La libération conditionnelle pour les condamnés à la prison à vie doit être plus stricte. Le Parlement a mis sous toit mercredi un projet rendant cette libération possible après 17 ans d'emprisonnement, au lieu de 15 actuellement.

Le but est de marquer une plus grande différence avec les condamnés à 20 ans de prison, ceux-ci pouvant envisager une liberté conditionnelle au bout de 13,3 ans de réclusion. Celle-ci n'est accordée que si le condamné a fait ses preuves.

Les plus grands criminels, comme le meurtrier de Rupperswil, ne sont pas concernés par cette mesure. Leur condamnation est associée à un internement, a rappelé le ministre de justice et police Beat Jans lors des débats.
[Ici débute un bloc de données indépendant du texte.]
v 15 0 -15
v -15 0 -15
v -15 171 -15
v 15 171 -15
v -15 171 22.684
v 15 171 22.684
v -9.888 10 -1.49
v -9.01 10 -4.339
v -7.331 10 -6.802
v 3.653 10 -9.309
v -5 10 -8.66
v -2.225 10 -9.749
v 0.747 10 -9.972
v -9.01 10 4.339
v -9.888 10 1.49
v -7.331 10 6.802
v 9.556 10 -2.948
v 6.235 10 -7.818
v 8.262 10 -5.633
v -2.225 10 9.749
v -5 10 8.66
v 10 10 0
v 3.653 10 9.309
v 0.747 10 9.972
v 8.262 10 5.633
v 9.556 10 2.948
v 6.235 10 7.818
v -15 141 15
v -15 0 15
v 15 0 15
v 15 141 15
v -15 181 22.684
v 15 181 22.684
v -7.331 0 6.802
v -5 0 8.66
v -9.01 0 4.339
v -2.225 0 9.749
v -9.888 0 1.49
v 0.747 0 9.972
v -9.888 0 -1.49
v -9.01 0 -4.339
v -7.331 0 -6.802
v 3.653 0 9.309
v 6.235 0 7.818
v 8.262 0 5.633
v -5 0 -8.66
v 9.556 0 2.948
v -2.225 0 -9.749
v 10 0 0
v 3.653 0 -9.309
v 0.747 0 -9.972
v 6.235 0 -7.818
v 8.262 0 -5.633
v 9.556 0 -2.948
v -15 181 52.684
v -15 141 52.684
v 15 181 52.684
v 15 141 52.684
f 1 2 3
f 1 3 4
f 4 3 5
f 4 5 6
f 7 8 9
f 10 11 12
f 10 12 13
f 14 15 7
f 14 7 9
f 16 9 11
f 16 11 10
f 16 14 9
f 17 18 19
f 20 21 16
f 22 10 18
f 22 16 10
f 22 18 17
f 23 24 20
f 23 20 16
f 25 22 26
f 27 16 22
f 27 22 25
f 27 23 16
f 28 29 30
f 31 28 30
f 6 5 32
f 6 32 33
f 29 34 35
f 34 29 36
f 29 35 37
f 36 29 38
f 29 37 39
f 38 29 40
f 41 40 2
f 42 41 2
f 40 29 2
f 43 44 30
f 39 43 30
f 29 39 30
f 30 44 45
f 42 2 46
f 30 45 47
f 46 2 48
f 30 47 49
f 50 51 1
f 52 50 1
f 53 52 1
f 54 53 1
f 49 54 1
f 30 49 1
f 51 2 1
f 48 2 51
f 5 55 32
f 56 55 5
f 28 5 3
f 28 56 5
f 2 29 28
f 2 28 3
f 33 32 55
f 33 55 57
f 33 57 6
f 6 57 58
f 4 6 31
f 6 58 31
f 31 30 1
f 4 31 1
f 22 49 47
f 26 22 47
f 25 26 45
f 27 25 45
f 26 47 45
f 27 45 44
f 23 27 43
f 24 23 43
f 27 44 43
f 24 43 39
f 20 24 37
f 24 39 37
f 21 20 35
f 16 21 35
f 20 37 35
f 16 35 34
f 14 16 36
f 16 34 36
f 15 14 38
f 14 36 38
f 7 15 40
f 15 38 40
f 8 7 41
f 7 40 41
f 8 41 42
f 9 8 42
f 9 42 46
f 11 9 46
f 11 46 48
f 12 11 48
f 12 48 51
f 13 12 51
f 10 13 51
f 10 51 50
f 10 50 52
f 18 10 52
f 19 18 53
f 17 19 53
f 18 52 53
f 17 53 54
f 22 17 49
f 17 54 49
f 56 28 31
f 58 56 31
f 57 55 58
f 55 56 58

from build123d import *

# Parameters (mm, degrees)
SKETCH1_W           = 30
SKETCH1_H           = 30
BOSS_EXTRUDE1_DEPTH = 171
SKETCH2_R           = 10
CUT_EXTRUDE1_DEPTH  = 10
SKETCH3_W           = 30
SKETCH3_H           = 30
BOSS_EXTRUDE2_DEPTH = 37.6839
SKETCH5_W           = 30
SKETCH5_H           = 30
BOSS_EXTRUDE3_DEPTH = 10


with BuildPart() as part:
    # Sketch1 → Boss-Extrude1 (new body)
    with BuildSketch(Plane(origin=(0, 0, 0), x_dir=(1, 0, 0), z_dir=(0, 1, 0))):
        Rectangle(SKETCH1_W, SKETCH1_H)
    extrude(amount=BOSS_EXTRUDE1_DEPTH)

    # Sketch2 → Cut-Extrude1 (cut)
    with BuildSketch(Plane.XZ):
        Circle(SKETCH2_R)
    extrude(amount=-CUT_EXTRUDE1_DEPTH, mode=Mode.SUBTRACT)

    # Sketch3 → Boss-Extrude2 (add)
    with BuildSketch(Plane.XY.offset(15)):
        with Locations((0, 156)):
            Rectangle(SKETCH3_W, SKETCH3_H)
    extrude(amount=BOSS_EXTRUDE2_DEPTH)

    # Sketch5 → Boss-Extrude3 (add)
    with BuildSketch(Plane(origin=(0, 171, 0), x_dir=(1, 0, 0), z_dir=(0, 1, 0))):
        with Locations((0, -37.6839)):
            Rectangle(SKETCH5_W, SKETCH5_H)
    extrude(amount=BOSS_EXTRUDE3_DEPTH)


solid = part.part
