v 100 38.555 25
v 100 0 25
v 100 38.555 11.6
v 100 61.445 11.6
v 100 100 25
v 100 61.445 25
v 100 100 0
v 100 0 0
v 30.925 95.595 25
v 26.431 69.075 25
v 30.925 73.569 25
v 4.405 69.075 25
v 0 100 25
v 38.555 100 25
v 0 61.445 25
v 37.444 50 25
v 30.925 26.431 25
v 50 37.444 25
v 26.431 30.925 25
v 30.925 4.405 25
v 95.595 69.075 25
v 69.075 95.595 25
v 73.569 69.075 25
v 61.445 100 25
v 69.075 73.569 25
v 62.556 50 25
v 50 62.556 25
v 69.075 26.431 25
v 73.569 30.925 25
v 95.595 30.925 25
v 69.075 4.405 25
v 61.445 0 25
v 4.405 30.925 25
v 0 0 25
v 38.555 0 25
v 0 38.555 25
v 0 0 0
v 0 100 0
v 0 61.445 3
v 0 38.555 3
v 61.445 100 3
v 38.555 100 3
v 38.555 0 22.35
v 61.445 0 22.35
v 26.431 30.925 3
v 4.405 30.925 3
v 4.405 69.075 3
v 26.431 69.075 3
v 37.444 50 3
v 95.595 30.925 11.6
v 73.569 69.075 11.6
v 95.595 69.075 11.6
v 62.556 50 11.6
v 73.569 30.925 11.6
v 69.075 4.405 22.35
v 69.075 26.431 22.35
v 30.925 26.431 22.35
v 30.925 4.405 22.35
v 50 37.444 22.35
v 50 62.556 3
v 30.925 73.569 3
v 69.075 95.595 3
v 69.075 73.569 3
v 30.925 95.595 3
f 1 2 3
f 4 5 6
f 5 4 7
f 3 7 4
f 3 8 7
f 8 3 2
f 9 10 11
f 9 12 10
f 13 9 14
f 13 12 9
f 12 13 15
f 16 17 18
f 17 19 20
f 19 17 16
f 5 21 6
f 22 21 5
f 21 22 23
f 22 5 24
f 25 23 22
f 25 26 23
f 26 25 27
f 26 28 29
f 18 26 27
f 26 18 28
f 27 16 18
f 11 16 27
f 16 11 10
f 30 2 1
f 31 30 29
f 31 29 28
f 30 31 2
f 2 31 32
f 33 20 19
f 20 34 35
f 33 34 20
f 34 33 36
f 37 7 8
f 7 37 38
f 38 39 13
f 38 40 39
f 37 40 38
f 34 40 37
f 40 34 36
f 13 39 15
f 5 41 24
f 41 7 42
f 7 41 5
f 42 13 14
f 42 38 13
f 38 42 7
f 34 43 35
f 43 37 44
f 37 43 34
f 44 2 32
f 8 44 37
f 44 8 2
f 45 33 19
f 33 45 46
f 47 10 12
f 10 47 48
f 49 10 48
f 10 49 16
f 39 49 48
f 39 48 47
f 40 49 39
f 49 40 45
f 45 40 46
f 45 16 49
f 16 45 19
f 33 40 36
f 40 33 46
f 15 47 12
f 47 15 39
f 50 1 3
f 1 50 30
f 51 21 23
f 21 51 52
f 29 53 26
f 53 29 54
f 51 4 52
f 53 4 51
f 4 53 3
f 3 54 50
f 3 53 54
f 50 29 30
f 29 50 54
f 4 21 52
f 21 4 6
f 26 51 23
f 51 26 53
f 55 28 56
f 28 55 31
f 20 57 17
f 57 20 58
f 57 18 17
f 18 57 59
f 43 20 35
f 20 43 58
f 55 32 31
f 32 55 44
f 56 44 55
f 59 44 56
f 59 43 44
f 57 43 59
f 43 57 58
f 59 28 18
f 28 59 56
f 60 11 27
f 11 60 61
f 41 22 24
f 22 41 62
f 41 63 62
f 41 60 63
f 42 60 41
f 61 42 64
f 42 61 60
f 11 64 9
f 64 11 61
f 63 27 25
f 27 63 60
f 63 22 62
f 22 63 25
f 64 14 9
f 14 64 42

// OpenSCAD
// file: HexPileLib.scad
module LeftPile(totalHeight, singlePileHeight, singlePileDiameter, pileCount){
    pileHeight = (pileCount * singlePileHeight) + .5;
    offset = singlePileDiameter * .15;
    translate([singlePileDiameter/2 - offset, singlePileDiameter/2, totalHeight - pileHeight])
        cylinder(pileHeight, d=singlePileDiameter, $fn=6);
}

module RightPile(totalHeight, singlePileHeight, singlePileDiameter, pileCount){
    translate([0, singlePileDiameter, 0])
        rotate([0, 0, 180])
            LeftPile(totalHeight, singlePileHeight, singlePileDiameter, pileCount);
}

module BottomPile(totalHeight, singlePileHeight, singlePileDiameter, pileCount){
    translate([singlePileDiameter, 0, 0])
        rotate([0, 0, 90])
            LeftPile(totalHeight, singlePileHeight, singlePileDiameter, pileCount);
}

module TopPile(totalHeight, singlePileHeight, singlePileDiameter, pileCount){
        rotate([0, 0, 270])
            LeftPile(totalHeight, singlePileHeight, singlePileDiameter, pileCount);
}
// file: ColonistsPlacePileLib.scad
include<HexPileLib.scad>
//25.82 by 32.82 by 2.15
singlePlacePileHeight = 2.15;
//flat to flat = d = 38.15
//D = d * 2/rt(3)
d = 38.15;
D = d * 2/sqrt(3);
singlePlacePileDiameter = D;

module LeftPlacePile(totalHeight, placePileCount){
    LeftPile(
        totalHeight,
        singlePlacePileHeight,
        singlePlacePileDiameter,
        placePileCount);
}

module RightPlacePile(totalHeight, placePileCount){
    RightPile(
        totalHeight,
        singlePlacePileHeight,
        singlePlacePileDiameter,
        placePileCount);
}

module BottomPlacePile(totalHeight, placePileCount){
    BottomPile(
        totalHeight,
        singlePlacePileHeight,
        singlePlacePileDiameter,
        placePileCount);
}

module TopPlacePile(totalHeight, placePileCount){
    TopPile(
        totalHeight,
        singlePlacePileHeight,
        singlePlacePileDiameter,
        placePileCount);
}

function placePileHeight(placePileCount) =
    (placePileCount * singlePlacePileHeight) + .5;

function actualPlacePileWidth() = singlePlacePileDiameter * .85;
    
// main file
include<ColonistsPlacePileLib.scad>
difference() {
    testBoxHeight = placePileHeight(10) + 3;
    testBoxLength = 100;
    testBoxWidth = 100;
    wallThickness = 3;
    
    cube([testBoxLength, testBoxWidth, testBoxHeight]);
    translate([0, testBoxWidth/2 - singlePlacePileDiameter/2, 0])
        LeftPlacePile(testBoxHeight, 10);
    translate([testBoxLength, testBoxWidth/2 - singlePlacePileDiameter/2, 0])
        RightPlacePile(testBoxHeight, 6);
    translate([testBoxLength/2 - singlePlacePileDiameter/2, 0, 0])
        BottomPlacePile(testBoxHeight, 1);
    translate([testBoxLength/2 - singlePlacePileDiameter/2, testBoxWidth, 0])
        TopPlacePile(testBoxHeight, 10);
}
Donc même si la peine privative de liberté à vie est levée après 17 ans, le prisonnier ne sera pas mis en liberté, mais interné.

Disposition transitoire

Les deux Chambres étaient divisées sur l'introduction d'une disposition transitoire afin que les nouvelles règles ne s’appliquent pas aux personnes qui purgent déjà une peine privative de liberté à vie. Le National était favorable à une telle disposition. Le Conseil des Etats n'en voulait pas afin d'éviter de maintenir un système transitoire peu clair.

Les deux Chambres se sont finalement accordées sur une solution de compromis, validée mercredi par 37 voix contre 1 au Conseil des Etats, et par 122 voix contre 58 au National. La gauche a refusé.

Les personnes condamnées à vie qui auront déjà purgé plus de 10 ans de leur peine lors de l'entrée en vigueur de la modification ne seront pas concernées par les nouvelles dispositions.

Le projet du Conseil fédéral faisait suite à une demande du Parlement.